No crucifying here, just trying to understand your position.


----------



## parsifal (Oct 2, 2008)

I'll try and put my point in another way. I think it is very easy to apply our standards and values to all situations, without taking into account the circumstances that the event takes place. 

In the case of Soviet methods, human life had been reduced to such cheap proportions under Stalin that nobody thought it unjust or unreasoable to take life for reasons we find totally unjustifiable. That doesnt make it right, nor does it justify it, it just explains it.

In the case of Stalinist russia, the value of human life had been reduced to about as low as it could go. There was even less rule of law in Russia than there was in Germany. given a choice between the two regimes, i think I would prefer to live under the Nazi system rather than the Soviet system (provided I wasnt Jewish). Its against that backdrop of poor regard and de-humanised condition that you have to understand why things were done like the Katyn massacre. To the Soviets it wasnt that abnormal, no big deal. To us its a crime that remains unpunished. 

The debasement of values we take for granted begins with the first bully in the schoolyard, it ends with whole populations being massacred. this is why I believe in the upholding of the law and justice for everyone. If you let even one crime slip without even allowing that to register in yur consciousness, we all suffer

And dont put me in the basket of hopeless liberal. I am a conservative voter, and a believer in law and order. Ive done my time at the coalface. Its just that I think about why things are, or why things turned out, and try to explain that outcome


----------



## v2 (Oct 2, 2008)

Thank you Njaco!

Parsifal: remember please that Russians started the war together with nazis...

THE SOVIET INVASION OF POLAND DURING WORLD WAR TWO


----------



## spit5 (Oct 2, 2008)

...


----------



## parsifal (Oct 2, 2008)

QUOTE=v2;405683]

Parsifal: remember please that Russians started the war together with nazis...

THE SOVIET INVASION OF POLAND DURING WORLD WAR TWO[/QUOTE]

Hi V-2

I am respectful and sympathetic to Polsih suffering and the injustices meted out on the Poles by both the Germans and the Russians during the war.
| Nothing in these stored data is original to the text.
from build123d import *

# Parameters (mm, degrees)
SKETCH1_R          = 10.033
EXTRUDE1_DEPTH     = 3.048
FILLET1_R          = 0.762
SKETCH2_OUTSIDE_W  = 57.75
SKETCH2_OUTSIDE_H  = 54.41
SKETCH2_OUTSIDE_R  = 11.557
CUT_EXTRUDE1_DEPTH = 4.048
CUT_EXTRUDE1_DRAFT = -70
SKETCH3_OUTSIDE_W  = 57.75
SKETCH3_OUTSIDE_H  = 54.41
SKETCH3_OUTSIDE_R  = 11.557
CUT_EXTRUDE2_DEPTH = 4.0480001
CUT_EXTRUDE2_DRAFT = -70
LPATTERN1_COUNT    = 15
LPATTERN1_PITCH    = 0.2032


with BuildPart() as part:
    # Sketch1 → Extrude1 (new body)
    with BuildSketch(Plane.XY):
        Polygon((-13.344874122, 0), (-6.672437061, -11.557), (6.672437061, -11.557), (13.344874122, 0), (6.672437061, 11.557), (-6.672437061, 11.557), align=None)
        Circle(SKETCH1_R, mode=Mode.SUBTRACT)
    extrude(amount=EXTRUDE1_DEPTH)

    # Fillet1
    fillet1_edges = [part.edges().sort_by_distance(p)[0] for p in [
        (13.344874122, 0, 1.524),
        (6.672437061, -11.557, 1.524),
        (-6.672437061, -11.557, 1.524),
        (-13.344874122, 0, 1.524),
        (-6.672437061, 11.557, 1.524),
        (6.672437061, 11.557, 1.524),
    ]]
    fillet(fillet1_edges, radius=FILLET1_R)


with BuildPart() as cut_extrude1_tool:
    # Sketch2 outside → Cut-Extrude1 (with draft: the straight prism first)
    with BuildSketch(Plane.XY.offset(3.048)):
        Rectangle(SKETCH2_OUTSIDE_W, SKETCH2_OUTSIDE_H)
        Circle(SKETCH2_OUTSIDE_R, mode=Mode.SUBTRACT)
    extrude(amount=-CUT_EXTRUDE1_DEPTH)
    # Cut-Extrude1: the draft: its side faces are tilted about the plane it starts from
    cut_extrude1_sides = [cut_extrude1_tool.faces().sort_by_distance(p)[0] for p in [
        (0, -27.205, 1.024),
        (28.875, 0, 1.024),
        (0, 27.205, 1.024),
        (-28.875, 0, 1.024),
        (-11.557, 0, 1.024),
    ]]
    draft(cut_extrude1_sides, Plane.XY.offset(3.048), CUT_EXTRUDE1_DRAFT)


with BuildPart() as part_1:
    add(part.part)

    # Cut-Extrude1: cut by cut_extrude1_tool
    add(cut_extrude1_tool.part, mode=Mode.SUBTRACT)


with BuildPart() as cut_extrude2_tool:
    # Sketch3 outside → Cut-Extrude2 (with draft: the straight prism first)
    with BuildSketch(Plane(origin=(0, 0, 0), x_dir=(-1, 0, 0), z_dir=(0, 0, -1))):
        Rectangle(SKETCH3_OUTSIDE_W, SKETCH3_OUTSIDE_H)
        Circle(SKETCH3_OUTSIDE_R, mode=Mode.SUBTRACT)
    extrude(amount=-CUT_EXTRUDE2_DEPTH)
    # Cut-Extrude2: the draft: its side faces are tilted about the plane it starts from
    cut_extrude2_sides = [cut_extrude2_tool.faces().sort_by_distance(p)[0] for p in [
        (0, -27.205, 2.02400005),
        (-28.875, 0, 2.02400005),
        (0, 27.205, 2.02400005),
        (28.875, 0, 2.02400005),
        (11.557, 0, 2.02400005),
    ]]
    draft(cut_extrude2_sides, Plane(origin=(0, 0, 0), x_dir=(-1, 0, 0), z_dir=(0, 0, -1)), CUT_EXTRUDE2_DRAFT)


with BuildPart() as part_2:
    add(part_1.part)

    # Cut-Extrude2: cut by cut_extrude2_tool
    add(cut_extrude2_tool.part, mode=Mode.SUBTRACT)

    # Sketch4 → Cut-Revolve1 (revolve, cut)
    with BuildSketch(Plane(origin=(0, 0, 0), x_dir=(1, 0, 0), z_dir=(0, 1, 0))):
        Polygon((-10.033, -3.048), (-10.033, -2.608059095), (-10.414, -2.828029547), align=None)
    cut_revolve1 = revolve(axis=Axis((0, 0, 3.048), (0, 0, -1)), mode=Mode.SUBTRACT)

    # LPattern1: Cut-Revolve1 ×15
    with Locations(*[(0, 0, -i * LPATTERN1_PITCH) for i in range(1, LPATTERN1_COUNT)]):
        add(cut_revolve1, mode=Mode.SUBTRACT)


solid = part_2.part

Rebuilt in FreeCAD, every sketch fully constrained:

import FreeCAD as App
import Part
import Sketcher

V = App.Vector
Q = App.Units.Quantity


def edges_at(feature, points):
    """Names of the edges that pass closest to the given points."""
    edges = feature.Shape.Edges
    near = lambda p: min(range(len(edges)), key=lambda i: edges[i].distToShape(Part.Vertex(*p))[0])
    return sorted({f"Edge{near(p) + 1}" for p in points})


def faces_at(feature, points):
    """Names of the faces that lie closest to the given points."""
    faces = feature.Shape.Faces
    near = lambda p: min(range(len(faces)), key=lambda i: faces[i].distToShape(Part.Vertex(*p))[0])
    return sorted({f"Face{near(p) + 1}" for p in points})

doc = App.newDocument("Part")
body = doc.addObject("PartDesign::Body", "Body")

# Sketch on XY plane
sketch1 = body.newObject("Sketcher::SketchObject", "Sketch")
sketch1.AttachmentSupport = (doc.getObject("XY_Plane"), [""])
sketch1.MapMode = "FlatFace"
sketch1.addGeometry([
    Part.LineSegment(V(-13, 0, 0), V(-7, -12, 0)),  # 0
    Part.LineSegment(V(-7, -12, 0), V(7, -12, 0)),  # 1
    Part.LineSegment(V(7, -12, 0), V(13, 0, 0)),  # 2
    Part.LineSegment(V(13, 0, 0), V(7, 12, 0)),  # 3
    Part.LineSegment(V(7, 12, 0), V(-7, 12, 0)),  # 4
    Part.LineSegment(V(-7, 12, 0), V(-13, 0, 0)),  # 5
    Part.Circle(V(0, 0, 0), V(0, 0, 1), 10),  # 6
], False)
sketch1.addConstraint([
    Sketcher.Constraint("Coincident", 0, 2, 1, 1),
    Sketcher.Constraint("Coincident", 1, 2, 2, 1),
    Sketcher.Constraint("Coincident", 2, 2, 3, 1),
    Sketcher.Constraint("Coincident", 3, 2, 4, 1),
    Sketcher.Constraint("Coincident", 4, 2, 5, 1),
    Sketcher.Constraint("Coincident", 5, 2, 0, 1),
    Sketcher.Constraint("Horizontal", 1),
    Sketcher.Constraint("Horizontal", 4),
    Sketcher.Constraint("Coincident", 6, 3, -1, 1),
    Sketcher.Constraint("Symmetric", 0, 2, 3, 2, -1, 1),
    Sketcher.Constraint("Symmetric", 2, 2, 5, 2, -1, 1),
    Sketcher.Constraint("PointOnObject", 2, 2, -1),
    Sketcher.Constraint("Parallel", 2, 5),
    Sketcher.Constraint("Vertical", 1, 2, 3, 2),
    Sketcher.Constraint("Diameter", 6, Q("0.79 in")),
    Sketcher.Constraint("Angle", 0, Q("-60 deg")),
    Sketcher.Constraint("DistanceY", 1, 2, 3, 2, Q("0.91 in")),
    Sketcher.Constraint("DistanceX", 1, 1, 1, 2, 13.344874),
])
pad1 = body.newObject("PartDesign::Pad", "Pad")
pad1.Profile = sketch1
pad1.Length = Q("0.12 in")
doc.recompute()

fillet = body.newObject("PartDesign::Fillet", "Fillet")
fillet.Base = (pad1, edges_at(pad1, [
    (13.345, 0, 1.524),
    (6.672, -11.557, 1.524),
    (-6.672, -11.557, 1.524),
    (-13.345, 0, 1.524),
    (-6.672, 11.557, 1.524),
    (6.672, 11.557, 1.524),
]))
fillet.Radius = Q("0.03 in")
body2 = doc.addObject("PartDesign::Body", "Body001")

# Sketch on XY plane
sketch2 = body2.newObject("Sketcher::SketchObject", "Sketch001")
sketch2.AttachmentSupport = (doc.getObject("XY_Plane001"), [""])
sketch2.MapMode = "FlatFace"
sketch2.AttachmentOffset = App.Placement(V(0, 0, 0.12 * 25.4), App.Rotation())
sketch2.addGeometry([
    Part.LineSegment(V(-29, 27, 0), V(-29, -27, 0)),  # 0
    Part.LineSegment(V(-29, -27, 0), V(29, -27, 0)),  # 1
    Part.LineSegment(V(29, -27, 0), V(29, 27, 0)),  # 2
    Part.LineSegment(V(29, 27, 0), V(-29, 27, 0)),  # 3
    Part.Circle(V(0, 0, 0), V(0, 0, 1), 12),  # 4
], False)
sketch2.addConstraint([
    Sketcher.Constraint("Coincident", 0, 2, 1, 1),
    Sketcher.Constraint("Coincident", 1, 2, 2, 1),
    Sketcher.Constraint("Coincident", 2, 2, 3, 1),
    Sketcher.Constraint("Coincident", 3, 2, 0, 1),
    Sketcher.Constraint("Vertical", 0),
    Sketcher.Constraint("Horizontal", 1),
    Sketcher.Constraint("Vertical", 2),
    Sketcher.Constraint("Horizontal", 3),
    Sketcher.Constraint("Coincident", 4, 3, -1, 1),
    Sketcher.Constraint("Symmetric", 0, 2, 2, 2, -1, 1),
    Sketcher.Constraint("Diameter", 4, Q("0.91 in")),
    Sketcher.Constraint("DistanceX", 1, 1, 1, 2, 57.75),
    Sketcher.Constraint("DistanceY", 0, 2, 0, 1, 54.41),
])
pad2 = body2.newObject("PartDesign::Pad", "Pad001")
pad2.Profile = sketch2
pad2.Length = 4.048
pad2.Reversed = True
doc.recompute()

datumplane = body2.newObject("PartDesign::Plane", "DatumPlane")
datumplane.AttachmentSupport = (doc.getObject("XY_Plane001"), [""])
datumplane.MapMode = "FlatFace"
datumplane.AttachmentOffset = App.Placement(V(0, 0, 0.12 * 25.4), App.Rotation())
draft = body2.newObject("PartDesign::Draft", "Draft")
draft.Base = (pad2, faces_at(pad2, [
    (0, -27.205, 1.024),
    (28.875, 0, 1.024),
    (0, 27.205, 1.024),
    (-28.875, 0, 1.024),
    (-11.557, 0, 1.024),
]))
draft.NeutralPlane = (datumplane, [""])
draft.Angle = 70
draft.Reversed = True
doc.recompute()

boolean = body.newObject("PartDesign::Boolean", "Boolean")
boolean.Type = "Cut"
boolean.addObjects([body2])
body3 = doc.addObject("PartDesign::Body", "Body002")

# Sketch on XY plane
sketch3 = body3.newObject("Sketcher::SketchObject", "Sketch002")
sketch3.AttachmentSupport = (doc.getObject("XY_Plane002"), [""])
sketch3.MapMode = "FlatFace"
sketch3.addGeometry([
    Part.LineSegment(V(29, 27, 0), V(29, -27, 0)),  # 0
    Part.LineSegment(V(29, -27, 0), V(-29, -27, 0)),  # 1
    Part.LineSegment(V(-29, -27, 0), V(-29, 27, 0)),  # 2
    Part.LineSegment(V(-29, 27, 0), V(29, 27, 0)),  # 3
    Part.Circle(V(0, 0, 0), V(0, 0, 1), 12),  # 4
], False)
sketch3.addConstraint([
    Sketcher.Constraint("Coincident", 0, 2, 1, 1),
    Sketcher.Constraint("Coincident", 1, 2, 2, 1),
    Sketcher.Constraint("Coincident", 2, 2, 3, 1),
    Sketcher.Constraint("Coincident", 3, 2, 0, 1),
    Sketcher.Constraint("Vertical", 0),
    Sketcher.Constraint("Horizontal", 1),
    Sketcher.Constraint("Vertical", 2),
    Sketcher.Constraint("Horizontal", 3),
    Sketcher.Constraint("Coincident", 4, 3, -1, 1),
    Sketcher.Constraint("Symmetric", 0, 2, 2, 2, -1, 1),
    Sketcher.Constraint("Diameter", 4, Q("0.91 in")),
    Sketcher.Constraint("DistanceX", 1, 2, 1, 1, 57.75),
    Sketcher.Constraint("DistanceY", 0, 2, 0, 1, 54.41),
])
pad3 = body3.newObject("PartDesign::Pad", "Pad002")
pad3.Profile = sketch3
pad3.Length = 4.048
doc.recompute()

draft2 = body3.newObject("PartDesign::Draft", "Draft001")
draft2.Base = (pad3, faces_at(pad3, [
    (0, -27.205, 2.024),
    (-28.875, 0, 2.024),
    (0, 27.205, 2.024),
    (28.875, 0, 2.024),
    (11.557, 0, 2.024),
]))
draft2.NeutralPlane = (doc.getObject("XY_Plane002"), [""])
draft2.Angle = 70
draft2.Reversed = False
doc.recompute()

boolean2 = body.newObject("PartDesign::Boolean", "Boolean001")
boolean2.Type = "Cut"
boolean2.addObjects([body3])

# Sketch on XZ plane
sketch4 = body.newObject("Sketcher::SketchObject", "Sketch003")
sketch4.AttachmentSupport = (doc.getObject("XZ_Plane"), [""])
sketch4.MapMode = "FlatFace"
sketch4.addGeometry([
    Part.LineSegment(V(-10.03, 3.05, 0), V(-10.03, 2.61, 0)),
    Part.LineSegment(V(-10.03, 2.61, 0), V(-10.41, 2.83, 0)),
    Part.LineSegment(V(-10.41, 2.83, 0), V(-10.03, 3.05, 0)),
], False)
sketch4.addConstraint([
    Sketcher.Constraint("Coincident", 0, 2, 1, 1),
    Sketcher.Constraint("Coincident", 1, 2, 2, 1),
    Sketcher.Constraint("Coincident", 2, 2, 0, 1),
    Sketcher.Constraint("Vertical", 0),
    Sketcher.Constraint("Equal", 1, 2),
    Sketcher.Constraint("Angle", 1, Q("150 deg")),
    Sketcher.Constraint("DistanceX", 1, 2, -1, 1, Q("0.41 in")),
    Sketcher.Constraint("DistanceY", -1, 1, 2, 2, Q("0.12 in")),
    Sketcher.Constraint("DistanceX", 0, 2, -1, 1, Q("0.395 in")),
])
groove = body.newObject("PartDesign::Groove", "Groove")
groove.Profile = sketch4
groove.ReferenceAxis = (sketch4, ["V_Axis"])
groove.Angle = 360
doc.recompute()

linearpattern = body.newObject("PartDesign::LinearPattern", "LinearPattern")
linearpattern.Originals = [groove]
linearpattern.Direction = (doc.getObject("Z_Axis"), [""])
linearpattern.Mode = "offset"
linearpattern.Offset = Q("0.008 in")
linearpattern.Occurrences = 15
linearpattern.Reversed = True
body.Tip = linearpattern

doc.recompute()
I should not have to re-state that position beyond that....just because one person is insenstive to that situation doesnt mean that all of us, who want to seek the truthg, are tainted with the same brush.

Putting the injustices to one side for the time being, I believe its important to understand the history that led to these events.

I confess that my knowledge of Polish history is very poor, but (in 25 words or less) I believe to be roughly this....the Polish state originally emerged about 1028, quickly disintegrated, was re-unified in the 13th century. After a period of warefare and agression against the "heathen eastern tribes" became more an more closely aligned to modern Lithuania. There was a climactic war against the Teutonic Knights, and in the 14th and 15th centuries saw further exapansion that saw "Poland" extended all the way from the baltic to the black sea.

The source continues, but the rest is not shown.